Can’t be pretty and funny? Ha!

Shelly McConchie found stand-up comedy by detouring through performance poetry with a memorable poem about female body hair that did not quite elicit the expected response.

Once well and truly bit by the proverbial bug, Shelly packed her bags and left Townsville behind in search of the bright lights of…. err, Glasgow.

Ok, it’s not the Hollywood dream story you might have been expecting, but it was a strategic move that placed Shelly smack-bang in the epicentre of arts appreciation and a stone’s throw from that bastion of independent performance art, the Edinburgh Fringe Festival.

Now, Shelly is back and set to hit the Townsville stage again in Laugh ’til You Leak, an all-female comedy line-up celebrating International Women’s Day.
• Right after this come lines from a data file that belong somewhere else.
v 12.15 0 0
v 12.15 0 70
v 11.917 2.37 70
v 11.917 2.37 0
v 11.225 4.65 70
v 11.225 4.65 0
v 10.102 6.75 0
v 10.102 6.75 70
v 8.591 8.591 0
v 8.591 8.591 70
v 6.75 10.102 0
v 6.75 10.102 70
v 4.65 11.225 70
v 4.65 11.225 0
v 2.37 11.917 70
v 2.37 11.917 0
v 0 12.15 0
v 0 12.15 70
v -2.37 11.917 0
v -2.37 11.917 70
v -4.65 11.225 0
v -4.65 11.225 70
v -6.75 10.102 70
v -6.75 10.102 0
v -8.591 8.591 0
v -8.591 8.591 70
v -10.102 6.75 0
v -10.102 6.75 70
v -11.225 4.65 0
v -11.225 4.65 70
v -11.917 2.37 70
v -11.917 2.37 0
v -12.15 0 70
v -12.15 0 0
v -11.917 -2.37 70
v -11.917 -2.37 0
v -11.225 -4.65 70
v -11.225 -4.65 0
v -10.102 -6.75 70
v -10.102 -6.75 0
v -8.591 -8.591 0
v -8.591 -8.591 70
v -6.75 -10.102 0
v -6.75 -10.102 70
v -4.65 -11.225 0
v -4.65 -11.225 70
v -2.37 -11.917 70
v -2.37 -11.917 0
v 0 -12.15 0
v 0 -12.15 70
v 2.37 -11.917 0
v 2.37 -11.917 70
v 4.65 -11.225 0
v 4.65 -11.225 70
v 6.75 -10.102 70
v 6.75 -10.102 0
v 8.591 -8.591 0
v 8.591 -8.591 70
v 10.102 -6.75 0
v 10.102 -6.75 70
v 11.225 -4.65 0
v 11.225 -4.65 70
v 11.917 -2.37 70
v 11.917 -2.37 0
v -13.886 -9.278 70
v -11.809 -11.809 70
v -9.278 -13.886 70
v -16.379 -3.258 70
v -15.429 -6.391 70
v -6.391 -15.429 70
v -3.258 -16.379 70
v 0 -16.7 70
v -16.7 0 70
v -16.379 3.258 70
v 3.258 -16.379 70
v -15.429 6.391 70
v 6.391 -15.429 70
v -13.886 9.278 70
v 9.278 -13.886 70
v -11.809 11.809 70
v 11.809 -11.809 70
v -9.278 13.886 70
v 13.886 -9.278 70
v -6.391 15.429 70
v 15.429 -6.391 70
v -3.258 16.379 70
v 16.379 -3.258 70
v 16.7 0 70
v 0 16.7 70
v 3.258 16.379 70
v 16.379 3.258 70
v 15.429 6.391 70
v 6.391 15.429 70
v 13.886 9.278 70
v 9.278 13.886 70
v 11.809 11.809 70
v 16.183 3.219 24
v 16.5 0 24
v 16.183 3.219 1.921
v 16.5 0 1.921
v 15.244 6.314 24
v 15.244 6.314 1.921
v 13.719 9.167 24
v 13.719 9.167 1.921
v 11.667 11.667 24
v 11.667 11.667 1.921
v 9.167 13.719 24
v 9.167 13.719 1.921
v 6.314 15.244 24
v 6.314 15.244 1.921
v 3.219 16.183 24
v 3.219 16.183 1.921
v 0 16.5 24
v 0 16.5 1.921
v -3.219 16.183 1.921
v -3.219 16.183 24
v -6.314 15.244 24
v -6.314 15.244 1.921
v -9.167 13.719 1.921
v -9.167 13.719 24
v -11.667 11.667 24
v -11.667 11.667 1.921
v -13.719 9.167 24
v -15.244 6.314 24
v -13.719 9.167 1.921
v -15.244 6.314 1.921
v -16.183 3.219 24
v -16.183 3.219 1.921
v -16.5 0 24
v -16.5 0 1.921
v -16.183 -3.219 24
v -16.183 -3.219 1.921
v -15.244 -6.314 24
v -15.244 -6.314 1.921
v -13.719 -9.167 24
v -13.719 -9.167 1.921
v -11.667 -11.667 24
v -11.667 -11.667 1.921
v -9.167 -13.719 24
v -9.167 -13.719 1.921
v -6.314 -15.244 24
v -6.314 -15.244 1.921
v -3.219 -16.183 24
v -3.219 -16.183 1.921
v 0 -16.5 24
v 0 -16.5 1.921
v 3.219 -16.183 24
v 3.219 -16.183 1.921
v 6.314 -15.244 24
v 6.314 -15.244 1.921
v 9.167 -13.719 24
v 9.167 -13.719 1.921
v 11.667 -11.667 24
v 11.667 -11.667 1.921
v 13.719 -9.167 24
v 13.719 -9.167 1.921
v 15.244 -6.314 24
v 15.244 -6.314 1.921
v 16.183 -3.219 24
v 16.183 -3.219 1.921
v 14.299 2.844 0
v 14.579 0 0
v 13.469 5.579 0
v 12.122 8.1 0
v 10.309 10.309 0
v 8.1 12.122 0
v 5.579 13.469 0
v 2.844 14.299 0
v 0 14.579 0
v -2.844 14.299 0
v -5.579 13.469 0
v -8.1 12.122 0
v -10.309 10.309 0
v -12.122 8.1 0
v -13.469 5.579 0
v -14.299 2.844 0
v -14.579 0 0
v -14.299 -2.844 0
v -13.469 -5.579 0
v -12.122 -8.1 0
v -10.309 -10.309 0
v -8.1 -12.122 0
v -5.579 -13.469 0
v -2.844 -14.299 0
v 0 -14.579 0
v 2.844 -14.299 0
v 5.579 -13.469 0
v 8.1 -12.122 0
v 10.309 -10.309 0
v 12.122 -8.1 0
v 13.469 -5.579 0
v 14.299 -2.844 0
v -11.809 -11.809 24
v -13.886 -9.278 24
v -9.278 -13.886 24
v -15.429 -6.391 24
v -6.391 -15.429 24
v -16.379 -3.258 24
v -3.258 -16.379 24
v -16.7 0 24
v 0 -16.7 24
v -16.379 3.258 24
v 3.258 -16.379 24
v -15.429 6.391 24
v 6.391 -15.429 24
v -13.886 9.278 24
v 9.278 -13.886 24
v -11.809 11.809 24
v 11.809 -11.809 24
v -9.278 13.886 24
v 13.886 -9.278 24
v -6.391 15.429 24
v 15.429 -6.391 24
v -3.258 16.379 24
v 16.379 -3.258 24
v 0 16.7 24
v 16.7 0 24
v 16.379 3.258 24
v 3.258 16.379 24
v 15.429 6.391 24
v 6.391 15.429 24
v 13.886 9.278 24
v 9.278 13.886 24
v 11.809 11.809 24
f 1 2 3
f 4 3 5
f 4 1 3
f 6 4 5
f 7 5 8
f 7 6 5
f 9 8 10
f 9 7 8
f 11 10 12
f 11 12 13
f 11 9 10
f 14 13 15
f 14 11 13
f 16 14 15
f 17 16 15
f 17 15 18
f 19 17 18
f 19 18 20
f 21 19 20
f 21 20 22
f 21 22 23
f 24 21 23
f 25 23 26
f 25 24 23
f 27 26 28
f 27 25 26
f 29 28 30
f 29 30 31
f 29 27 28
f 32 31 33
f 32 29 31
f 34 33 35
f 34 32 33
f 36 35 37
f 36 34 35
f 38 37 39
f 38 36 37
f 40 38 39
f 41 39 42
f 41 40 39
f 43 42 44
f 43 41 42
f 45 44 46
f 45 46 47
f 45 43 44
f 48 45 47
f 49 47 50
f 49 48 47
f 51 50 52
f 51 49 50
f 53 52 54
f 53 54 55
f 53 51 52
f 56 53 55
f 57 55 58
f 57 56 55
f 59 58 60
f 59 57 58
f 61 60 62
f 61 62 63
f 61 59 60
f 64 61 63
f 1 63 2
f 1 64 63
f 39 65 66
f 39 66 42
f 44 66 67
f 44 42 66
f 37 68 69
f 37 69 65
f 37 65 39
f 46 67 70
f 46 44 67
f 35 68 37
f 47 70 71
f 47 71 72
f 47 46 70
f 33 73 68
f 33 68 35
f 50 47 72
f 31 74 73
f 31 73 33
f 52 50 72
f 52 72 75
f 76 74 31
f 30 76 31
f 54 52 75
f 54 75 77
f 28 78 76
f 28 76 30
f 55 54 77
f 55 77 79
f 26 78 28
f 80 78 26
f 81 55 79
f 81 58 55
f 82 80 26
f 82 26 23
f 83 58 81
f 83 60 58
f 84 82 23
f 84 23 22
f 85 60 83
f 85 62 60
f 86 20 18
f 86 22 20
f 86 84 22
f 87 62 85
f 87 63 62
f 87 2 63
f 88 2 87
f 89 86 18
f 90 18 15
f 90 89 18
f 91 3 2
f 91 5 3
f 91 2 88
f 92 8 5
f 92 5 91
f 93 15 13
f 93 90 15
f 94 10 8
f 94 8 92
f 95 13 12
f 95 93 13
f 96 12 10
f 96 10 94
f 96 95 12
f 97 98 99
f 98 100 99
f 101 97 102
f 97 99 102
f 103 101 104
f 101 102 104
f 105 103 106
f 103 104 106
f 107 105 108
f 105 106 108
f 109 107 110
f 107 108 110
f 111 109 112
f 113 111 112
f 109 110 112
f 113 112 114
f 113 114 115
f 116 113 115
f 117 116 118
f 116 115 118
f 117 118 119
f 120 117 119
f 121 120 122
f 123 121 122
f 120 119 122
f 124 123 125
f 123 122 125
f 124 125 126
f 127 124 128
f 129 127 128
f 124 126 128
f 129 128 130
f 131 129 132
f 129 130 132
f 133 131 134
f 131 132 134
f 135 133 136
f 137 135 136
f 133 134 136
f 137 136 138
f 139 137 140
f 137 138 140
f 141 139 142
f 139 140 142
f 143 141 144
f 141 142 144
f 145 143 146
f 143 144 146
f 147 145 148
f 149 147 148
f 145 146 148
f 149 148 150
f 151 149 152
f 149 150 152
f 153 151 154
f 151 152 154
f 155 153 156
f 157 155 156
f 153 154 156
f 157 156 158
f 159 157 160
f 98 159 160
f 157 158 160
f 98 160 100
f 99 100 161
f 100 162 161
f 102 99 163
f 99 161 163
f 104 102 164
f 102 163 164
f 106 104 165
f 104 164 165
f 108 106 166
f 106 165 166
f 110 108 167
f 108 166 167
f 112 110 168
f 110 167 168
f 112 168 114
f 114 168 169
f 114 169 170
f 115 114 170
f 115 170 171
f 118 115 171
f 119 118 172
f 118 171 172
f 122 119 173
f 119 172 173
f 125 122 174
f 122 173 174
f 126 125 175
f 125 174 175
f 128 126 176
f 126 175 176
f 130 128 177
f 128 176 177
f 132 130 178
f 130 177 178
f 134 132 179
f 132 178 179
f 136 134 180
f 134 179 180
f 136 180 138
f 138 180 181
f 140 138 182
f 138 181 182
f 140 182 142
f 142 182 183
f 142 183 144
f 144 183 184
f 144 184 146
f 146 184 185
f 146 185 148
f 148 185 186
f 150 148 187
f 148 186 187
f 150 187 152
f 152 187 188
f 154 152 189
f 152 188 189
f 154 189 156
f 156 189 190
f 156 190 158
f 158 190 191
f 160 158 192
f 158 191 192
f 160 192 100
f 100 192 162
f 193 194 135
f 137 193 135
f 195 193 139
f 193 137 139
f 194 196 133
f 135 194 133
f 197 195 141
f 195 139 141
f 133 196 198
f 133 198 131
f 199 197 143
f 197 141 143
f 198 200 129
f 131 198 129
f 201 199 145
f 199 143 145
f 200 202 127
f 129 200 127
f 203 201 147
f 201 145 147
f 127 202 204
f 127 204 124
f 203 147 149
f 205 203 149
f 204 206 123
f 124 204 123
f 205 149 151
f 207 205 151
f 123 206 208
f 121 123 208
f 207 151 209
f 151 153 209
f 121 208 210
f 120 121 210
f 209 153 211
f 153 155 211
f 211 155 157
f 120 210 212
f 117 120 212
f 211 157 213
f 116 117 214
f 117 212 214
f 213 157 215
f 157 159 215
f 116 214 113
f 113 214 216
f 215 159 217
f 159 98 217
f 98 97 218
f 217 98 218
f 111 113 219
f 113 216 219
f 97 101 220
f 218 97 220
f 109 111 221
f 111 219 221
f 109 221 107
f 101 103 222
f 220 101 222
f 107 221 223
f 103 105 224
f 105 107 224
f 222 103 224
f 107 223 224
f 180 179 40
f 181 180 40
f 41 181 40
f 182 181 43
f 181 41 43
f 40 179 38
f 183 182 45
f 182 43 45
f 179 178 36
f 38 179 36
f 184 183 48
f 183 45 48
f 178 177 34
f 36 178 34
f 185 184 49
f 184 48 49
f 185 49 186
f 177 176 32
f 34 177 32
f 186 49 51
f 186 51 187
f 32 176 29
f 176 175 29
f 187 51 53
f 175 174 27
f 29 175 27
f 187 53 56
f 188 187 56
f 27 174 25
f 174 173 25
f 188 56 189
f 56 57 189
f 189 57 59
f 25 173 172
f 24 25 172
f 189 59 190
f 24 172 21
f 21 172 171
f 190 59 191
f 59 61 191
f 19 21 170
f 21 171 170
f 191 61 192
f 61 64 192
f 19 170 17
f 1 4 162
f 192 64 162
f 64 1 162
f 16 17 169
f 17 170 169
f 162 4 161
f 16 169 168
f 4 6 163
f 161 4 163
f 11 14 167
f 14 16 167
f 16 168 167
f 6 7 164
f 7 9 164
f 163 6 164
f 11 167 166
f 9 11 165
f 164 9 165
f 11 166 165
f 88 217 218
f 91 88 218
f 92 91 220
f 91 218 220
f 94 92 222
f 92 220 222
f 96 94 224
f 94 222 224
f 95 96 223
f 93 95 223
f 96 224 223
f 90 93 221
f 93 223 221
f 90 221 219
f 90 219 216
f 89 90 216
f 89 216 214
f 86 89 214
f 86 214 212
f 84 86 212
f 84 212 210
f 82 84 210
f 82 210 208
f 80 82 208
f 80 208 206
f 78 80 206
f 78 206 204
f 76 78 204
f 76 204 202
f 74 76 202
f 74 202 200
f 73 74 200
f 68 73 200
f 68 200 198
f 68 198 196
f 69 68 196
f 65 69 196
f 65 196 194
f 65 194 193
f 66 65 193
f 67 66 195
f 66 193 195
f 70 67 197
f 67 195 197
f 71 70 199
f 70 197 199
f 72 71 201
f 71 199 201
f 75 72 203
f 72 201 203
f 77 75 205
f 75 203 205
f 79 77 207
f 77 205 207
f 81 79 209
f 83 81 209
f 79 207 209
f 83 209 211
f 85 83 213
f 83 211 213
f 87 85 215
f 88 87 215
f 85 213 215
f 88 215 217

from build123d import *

# Parameters (mm, degrees)
SKETCH1_R           = 16.7
SKETCH1_R_2         = 12.15
BOSS_EXTRUDE1_DEPTH = 70


# Read off the part's stored shape, not the designer's step: M33x3.5 Machine Threads Stud1
with BuildPart() as part:
    # Sketch1 → Boss-Extrude1 (new body)
    with BuildSketch(Plane.XY):
        Circle(SKETCH1_R)
        Circle(SKETCH1_R_2, mode=Mode.SUBTRACT)
    extrude(amount=BOSS_EXTRUDE1_DEPTH)

    # M33x3.5 Machine Threads Stud1 outline → M33x3.5 Machine Threads Stud1 (revolve, cut)
    with BuildSketch(Plane.XZ):
        Polygon((14.579, 0), (16.7, 0), (16.7, 24), (16.5, 24), (16.5, 1.921), align=None)
    revolve(axis=Axis((0, 0, 0), (0, 0, 1)), mode=Mode.SUBTRACT)


solid = part.part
We caught up for a quick chat.

How was life chasing fame in Glasgow?

In Scotland there were so many events on literally every night of the week. Initially, I found it hard to get my foot in the door, so I pretended I was more experienced than I was and entered myself in a comedy rap battle. I didn’t win but I did laugh a lot and it’s really nice to hear the recording of a big audience laughing at my stand-up. Once I’d met people, I was able to go to a gig and end up with two more gigs from that gig – a comedy cluster of sorts..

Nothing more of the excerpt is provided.